Starting at the line that has "#256=ORIENTED_EDGE('',*,*,#218,.T.);" and stopping after the line that has "#263=FACE_BOUND('',#262,.T.);", reproduce the listing below exactly; omit everything else.

━━━━

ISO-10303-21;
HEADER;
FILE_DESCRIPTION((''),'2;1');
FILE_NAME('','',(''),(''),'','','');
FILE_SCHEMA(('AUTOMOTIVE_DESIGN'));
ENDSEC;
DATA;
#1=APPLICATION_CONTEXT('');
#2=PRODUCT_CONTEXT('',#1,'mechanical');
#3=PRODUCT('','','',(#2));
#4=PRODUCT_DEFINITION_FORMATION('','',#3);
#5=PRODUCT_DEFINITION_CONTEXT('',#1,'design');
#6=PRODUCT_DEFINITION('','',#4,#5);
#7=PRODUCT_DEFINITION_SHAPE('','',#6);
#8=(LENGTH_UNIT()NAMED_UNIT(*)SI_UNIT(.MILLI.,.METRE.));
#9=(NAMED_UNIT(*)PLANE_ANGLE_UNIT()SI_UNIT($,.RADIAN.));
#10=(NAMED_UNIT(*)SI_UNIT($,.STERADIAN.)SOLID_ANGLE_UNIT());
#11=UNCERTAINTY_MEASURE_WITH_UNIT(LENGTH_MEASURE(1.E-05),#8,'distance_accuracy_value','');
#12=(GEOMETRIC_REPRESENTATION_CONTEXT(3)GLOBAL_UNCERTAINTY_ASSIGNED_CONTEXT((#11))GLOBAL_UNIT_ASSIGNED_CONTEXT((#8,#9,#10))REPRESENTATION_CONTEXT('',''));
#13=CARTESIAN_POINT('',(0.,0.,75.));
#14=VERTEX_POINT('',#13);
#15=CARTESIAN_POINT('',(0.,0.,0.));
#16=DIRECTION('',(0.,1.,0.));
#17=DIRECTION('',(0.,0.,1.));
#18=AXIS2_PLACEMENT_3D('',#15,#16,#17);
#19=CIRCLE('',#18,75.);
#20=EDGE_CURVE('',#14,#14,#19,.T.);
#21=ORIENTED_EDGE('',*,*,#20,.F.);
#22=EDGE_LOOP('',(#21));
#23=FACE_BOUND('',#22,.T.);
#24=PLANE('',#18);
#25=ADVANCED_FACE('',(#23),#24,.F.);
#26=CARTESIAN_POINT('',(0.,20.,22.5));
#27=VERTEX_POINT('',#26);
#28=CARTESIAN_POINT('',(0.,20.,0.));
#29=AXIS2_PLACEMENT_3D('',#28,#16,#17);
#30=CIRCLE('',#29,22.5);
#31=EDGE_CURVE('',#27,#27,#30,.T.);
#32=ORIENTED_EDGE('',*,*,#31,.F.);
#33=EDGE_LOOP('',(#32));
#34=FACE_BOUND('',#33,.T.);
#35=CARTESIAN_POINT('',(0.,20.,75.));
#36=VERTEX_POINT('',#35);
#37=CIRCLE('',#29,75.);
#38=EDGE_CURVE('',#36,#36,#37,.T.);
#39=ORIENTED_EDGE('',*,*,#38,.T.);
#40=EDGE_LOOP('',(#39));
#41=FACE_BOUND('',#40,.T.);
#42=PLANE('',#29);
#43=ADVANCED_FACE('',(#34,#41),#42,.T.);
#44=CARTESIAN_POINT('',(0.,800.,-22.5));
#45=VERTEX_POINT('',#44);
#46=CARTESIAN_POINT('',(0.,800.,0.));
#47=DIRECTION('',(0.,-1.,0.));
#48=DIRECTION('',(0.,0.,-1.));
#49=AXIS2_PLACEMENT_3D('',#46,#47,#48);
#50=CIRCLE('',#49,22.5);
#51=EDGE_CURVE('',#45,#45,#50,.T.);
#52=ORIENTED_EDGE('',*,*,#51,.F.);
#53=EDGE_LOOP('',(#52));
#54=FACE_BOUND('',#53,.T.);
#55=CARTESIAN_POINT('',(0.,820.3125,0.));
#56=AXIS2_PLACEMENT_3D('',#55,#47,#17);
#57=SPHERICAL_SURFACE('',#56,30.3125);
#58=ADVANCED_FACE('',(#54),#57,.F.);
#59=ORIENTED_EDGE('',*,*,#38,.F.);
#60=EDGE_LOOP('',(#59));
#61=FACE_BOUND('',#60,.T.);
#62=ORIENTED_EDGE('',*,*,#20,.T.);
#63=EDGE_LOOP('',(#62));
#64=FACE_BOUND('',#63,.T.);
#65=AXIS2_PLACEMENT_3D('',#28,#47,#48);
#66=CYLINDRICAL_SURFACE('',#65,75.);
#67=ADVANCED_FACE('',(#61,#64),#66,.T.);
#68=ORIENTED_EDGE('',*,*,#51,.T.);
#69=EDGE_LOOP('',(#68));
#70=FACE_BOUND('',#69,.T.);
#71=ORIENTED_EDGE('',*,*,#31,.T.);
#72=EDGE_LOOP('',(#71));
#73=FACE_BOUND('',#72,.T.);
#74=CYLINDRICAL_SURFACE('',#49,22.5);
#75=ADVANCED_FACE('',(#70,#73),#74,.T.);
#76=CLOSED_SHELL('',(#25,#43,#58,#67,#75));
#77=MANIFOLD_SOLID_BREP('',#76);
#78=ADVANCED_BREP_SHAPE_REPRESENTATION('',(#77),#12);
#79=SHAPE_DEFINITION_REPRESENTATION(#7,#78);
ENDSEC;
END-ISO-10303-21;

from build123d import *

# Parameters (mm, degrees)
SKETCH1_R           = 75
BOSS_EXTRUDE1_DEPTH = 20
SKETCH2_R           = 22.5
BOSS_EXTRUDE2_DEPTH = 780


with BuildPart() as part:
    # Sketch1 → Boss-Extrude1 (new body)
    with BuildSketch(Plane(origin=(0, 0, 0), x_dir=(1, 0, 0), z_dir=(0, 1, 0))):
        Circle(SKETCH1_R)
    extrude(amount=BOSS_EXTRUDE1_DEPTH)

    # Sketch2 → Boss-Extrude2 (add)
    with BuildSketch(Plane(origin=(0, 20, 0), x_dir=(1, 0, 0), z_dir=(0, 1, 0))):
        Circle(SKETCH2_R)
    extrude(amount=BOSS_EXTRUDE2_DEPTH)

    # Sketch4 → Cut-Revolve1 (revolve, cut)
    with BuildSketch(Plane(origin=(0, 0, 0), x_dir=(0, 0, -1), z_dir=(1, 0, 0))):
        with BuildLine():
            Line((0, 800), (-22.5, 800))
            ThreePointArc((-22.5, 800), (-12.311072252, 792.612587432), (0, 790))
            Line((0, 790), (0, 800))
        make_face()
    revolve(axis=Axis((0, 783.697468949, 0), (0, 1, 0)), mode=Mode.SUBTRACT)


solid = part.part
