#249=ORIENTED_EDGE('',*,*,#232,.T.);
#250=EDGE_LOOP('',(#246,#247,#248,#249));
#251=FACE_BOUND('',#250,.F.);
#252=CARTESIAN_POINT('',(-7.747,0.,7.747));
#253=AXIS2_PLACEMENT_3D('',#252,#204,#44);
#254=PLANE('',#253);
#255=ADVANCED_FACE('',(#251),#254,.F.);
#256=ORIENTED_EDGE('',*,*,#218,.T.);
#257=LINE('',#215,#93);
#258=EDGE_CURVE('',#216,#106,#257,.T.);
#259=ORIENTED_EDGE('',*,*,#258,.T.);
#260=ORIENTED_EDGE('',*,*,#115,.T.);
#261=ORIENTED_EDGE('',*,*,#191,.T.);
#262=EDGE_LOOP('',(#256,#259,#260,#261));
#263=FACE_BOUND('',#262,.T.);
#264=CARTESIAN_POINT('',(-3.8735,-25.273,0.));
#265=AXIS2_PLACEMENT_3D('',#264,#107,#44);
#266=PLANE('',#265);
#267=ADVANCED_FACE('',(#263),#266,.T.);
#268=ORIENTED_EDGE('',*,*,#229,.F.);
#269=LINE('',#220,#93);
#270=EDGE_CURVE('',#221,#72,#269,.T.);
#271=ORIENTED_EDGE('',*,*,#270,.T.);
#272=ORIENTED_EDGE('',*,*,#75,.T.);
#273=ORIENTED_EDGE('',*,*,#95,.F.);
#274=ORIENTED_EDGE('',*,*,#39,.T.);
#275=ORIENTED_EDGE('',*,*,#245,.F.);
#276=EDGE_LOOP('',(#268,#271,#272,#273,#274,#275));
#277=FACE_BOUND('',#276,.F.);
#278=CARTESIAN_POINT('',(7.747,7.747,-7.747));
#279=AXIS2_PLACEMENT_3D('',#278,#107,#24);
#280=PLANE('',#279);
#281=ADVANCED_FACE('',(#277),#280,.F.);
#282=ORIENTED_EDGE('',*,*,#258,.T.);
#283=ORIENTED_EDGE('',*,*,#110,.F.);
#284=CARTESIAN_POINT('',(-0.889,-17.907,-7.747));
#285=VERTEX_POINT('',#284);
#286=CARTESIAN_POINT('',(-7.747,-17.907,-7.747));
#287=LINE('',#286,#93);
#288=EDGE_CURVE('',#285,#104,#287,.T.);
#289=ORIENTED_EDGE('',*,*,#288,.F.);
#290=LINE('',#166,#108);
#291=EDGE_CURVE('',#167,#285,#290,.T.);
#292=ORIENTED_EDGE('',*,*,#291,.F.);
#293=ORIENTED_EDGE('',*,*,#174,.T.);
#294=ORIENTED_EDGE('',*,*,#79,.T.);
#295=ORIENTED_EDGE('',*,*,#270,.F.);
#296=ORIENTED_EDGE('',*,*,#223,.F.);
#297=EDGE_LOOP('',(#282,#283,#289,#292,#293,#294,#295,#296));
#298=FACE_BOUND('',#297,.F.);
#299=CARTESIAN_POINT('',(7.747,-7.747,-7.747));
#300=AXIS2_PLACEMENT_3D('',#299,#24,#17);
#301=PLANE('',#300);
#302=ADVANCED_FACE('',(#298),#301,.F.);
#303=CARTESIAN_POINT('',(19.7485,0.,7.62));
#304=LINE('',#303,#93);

━━━━

### OUTPUT OF THE EXERCISE
#256=ORIENTED_EDGE('',*,*,#218,.T.);
#257=LINE('',#215,#93);
#258=EDGE_CURVE('',#216,#106,#257,.T.);
#259=ORIENTED_EDGE('',*,*,#258,.T.);
#260=ORIENTED_EDGE('',*,*,#115,.T.);
#261=ORIENTED_EDGE('',*,*,#191,.T.);
#262=EDGE_LOOP('',(#256,#259,#260,#261));
#263=FACE_BOUND('',#262,.T.);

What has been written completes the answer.